▶ **Listed records**
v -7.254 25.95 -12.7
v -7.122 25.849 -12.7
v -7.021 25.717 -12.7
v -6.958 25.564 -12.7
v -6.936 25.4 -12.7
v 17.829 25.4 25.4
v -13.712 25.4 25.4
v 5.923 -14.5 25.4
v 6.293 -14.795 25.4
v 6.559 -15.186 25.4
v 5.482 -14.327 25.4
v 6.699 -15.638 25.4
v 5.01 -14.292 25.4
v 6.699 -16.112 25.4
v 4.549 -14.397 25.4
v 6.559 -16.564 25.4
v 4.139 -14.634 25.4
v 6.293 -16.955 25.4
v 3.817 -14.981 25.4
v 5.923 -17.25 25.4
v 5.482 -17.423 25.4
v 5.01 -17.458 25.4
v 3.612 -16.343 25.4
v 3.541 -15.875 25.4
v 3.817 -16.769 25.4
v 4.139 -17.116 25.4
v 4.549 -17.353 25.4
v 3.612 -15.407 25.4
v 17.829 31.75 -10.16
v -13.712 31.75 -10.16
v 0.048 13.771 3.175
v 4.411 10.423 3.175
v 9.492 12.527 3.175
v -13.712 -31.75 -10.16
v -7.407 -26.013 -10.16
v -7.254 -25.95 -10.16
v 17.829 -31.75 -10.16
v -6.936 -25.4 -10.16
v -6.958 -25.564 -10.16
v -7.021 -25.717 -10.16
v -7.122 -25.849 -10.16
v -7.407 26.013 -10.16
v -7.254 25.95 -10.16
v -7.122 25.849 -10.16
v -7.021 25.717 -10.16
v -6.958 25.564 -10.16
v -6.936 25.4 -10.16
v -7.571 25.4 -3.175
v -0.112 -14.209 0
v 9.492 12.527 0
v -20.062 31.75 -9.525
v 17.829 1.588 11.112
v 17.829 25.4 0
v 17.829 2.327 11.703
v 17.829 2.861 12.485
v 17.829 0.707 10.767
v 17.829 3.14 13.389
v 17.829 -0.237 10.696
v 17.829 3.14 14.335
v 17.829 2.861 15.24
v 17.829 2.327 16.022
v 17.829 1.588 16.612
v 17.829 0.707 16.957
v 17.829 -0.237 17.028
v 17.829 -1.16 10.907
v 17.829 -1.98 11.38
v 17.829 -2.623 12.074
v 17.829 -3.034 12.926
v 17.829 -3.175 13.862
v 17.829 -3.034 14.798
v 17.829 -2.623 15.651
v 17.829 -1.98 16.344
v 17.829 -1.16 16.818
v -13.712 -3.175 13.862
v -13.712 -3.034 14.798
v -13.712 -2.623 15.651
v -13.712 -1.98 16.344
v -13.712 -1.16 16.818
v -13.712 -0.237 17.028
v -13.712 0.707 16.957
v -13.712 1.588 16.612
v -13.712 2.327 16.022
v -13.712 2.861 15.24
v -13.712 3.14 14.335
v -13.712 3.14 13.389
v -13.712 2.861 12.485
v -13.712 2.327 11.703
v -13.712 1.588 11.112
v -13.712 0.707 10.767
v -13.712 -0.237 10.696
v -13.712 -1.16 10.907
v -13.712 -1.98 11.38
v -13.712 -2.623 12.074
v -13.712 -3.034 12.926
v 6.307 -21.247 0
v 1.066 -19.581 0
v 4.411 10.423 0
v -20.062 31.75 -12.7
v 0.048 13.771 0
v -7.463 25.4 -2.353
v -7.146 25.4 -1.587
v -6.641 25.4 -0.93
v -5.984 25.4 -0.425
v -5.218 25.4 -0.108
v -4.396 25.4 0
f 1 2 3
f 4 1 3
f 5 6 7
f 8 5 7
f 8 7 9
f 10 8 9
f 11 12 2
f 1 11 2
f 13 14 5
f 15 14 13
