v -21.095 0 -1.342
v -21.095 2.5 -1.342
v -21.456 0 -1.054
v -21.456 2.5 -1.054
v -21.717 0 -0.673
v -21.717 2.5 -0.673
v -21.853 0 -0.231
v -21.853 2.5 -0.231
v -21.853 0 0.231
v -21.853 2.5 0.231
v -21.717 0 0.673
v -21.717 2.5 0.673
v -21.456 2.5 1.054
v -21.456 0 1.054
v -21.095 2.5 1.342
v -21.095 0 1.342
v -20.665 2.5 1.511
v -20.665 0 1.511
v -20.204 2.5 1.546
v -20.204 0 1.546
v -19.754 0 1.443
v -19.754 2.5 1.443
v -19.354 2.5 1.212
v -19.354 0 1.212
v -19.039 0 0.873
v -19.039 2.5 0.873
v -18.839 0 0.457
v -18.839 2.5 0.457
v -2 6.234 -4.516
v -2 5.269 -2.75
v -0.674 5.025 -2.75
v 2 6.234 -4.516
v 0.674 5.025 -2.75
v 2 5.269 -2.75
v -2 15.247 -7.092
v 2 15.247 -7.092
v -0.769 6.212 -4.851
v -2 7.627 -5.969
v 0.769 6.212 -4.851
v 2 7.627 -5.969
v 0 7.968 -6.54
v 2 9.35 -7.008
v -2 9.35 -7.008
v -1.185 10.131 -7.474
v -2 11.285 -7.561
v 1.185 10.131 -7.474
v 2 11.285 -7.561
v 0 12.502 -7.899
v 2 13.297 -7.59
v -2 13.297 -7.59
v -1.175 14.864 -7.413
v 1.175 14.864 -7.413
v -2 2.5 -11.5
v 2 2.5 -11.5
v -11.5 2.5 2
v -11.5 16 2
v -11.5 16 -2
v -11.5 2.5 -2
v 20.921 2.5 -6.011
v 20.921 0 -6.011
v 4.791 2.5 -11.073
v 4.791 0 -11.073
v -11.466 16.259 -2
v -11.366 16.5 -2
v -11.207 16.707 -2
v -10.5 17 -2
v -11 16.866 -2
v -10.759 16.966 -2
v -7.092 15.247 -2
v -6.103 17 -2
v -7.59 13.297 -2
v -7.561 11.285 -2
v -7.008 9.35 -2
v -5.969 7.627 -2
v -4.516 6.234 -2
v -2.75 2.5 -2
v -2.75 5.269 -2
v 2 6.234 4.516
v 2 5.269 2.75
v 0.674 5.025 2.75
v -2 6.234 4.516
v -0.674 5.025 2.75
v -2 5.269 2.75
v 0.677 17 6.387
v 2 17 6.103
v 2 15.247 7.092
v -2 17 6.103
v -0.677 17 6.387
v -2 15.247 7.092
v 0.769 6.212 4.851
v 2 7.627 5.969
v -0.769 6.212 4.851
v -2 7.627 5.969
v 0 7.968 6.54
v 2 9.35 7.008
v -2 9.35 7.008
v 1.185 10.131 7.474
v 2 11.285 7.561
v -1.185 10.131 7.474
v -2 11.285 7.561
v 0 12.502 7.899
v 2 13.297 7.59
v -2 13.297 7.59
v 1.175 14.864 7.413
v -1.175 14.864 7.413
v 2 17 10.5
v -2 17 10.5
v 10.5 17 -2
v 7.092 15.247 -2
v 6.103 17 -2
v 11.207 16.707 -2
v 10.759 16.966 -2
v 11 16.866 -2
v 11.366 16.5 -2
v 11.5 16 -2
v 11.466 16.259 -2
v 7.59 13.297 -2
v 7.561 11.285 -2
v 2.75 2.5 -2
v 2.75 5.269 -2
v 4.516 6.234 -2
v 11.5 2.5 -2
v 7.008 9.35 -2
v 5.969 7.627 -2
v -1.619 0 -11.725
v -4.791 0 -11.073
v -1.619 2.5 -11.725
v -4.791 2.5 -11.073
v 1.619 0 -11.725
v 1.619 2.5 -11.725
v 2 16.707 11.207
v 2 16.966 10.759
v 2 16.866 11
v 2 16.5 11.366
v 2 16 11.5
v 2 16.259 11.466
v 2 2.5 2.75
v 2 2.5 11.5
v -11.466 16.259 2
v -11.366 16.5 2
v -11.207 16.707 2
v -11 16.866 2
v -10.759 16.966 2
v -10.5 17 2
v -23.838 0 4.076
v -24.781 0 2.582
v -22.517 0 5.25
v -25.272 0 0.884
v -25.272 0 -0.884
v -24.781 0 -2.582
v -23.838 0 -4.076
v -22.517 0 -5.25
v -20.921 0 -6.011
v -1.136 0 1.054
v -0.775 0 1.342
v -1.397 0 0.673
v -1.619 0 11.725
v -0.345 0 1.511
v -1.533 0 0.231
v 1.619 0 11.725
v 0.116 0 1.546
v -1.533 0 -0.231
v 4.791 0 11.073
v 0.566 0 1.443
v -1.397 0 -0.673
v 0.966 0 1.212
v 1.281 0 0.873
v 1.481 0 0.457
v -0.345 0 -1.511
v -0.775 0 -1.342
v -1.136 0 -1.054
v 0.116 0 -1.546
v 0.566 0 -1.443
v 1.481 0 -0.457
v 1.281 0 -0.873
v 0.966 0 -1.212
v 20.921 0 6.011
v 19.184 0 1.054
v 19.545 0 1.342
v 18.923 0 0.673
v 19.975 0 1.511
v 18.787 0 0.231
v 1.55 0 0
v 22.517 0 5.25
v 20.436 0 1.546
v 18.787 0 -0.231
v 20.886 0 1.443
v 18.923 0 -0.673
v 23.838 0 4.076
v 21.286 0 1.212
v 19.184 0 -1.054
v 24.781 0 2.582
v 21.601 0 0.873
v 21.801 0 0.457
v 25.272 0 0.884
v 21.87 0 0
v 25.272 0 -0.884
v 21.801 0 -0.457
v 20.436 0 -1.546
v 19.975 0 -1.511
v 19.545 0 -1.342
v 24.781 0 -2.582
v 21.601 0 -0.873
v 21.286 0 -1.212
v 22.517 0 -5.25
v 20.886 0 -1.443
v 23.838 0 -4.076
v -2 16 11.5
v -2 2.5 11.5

▶ **Action item**
I'd like the lines above from the one with "v 11.5 16 -2" up to and including the one with "v -25.272 0 -0.884" copied exactly, with no other lines.

▶ **Response box**
v 11.5 16 -2
v 11.466 16.259 -2
v 7.59 13.297 -2
v 7.561 11.285 -2
v 2.75 2.5 -2
v 2.75 5.269 -2
v 4.516 6.234 -2
v 11.5 2.5 -2
v 7.008 9.35 -2
v 5.969 7.627 -2
v -1.619 0 -11.725
v -4.791 0 -11.073
v -1.619 2.5 -11.725
v -4.791 2.5 -11.073
v 1.619 0 -11.725
v 1.619 2.5 -11.725
v 2 16.707 11.207
v 2 16.966 10.759
v 2 16.866 11
v 2 16.5 11.366
v 2 16 11.5
v 2 16.259 11.466
v 2 2.5 2.75
v 2 2.5 11.5
v -11.466 16.259 2
v -11.366 16.5 2
v -11.207 16.707 2
v -11 16.866 2
v -10.759 16.966 2
v -10.5 17 2
v -23.838 0 4.076
v -24.781 0 2.582
v -22.517 0 5.25
v -25.272 0 0.884
v -25.272 0 -0.884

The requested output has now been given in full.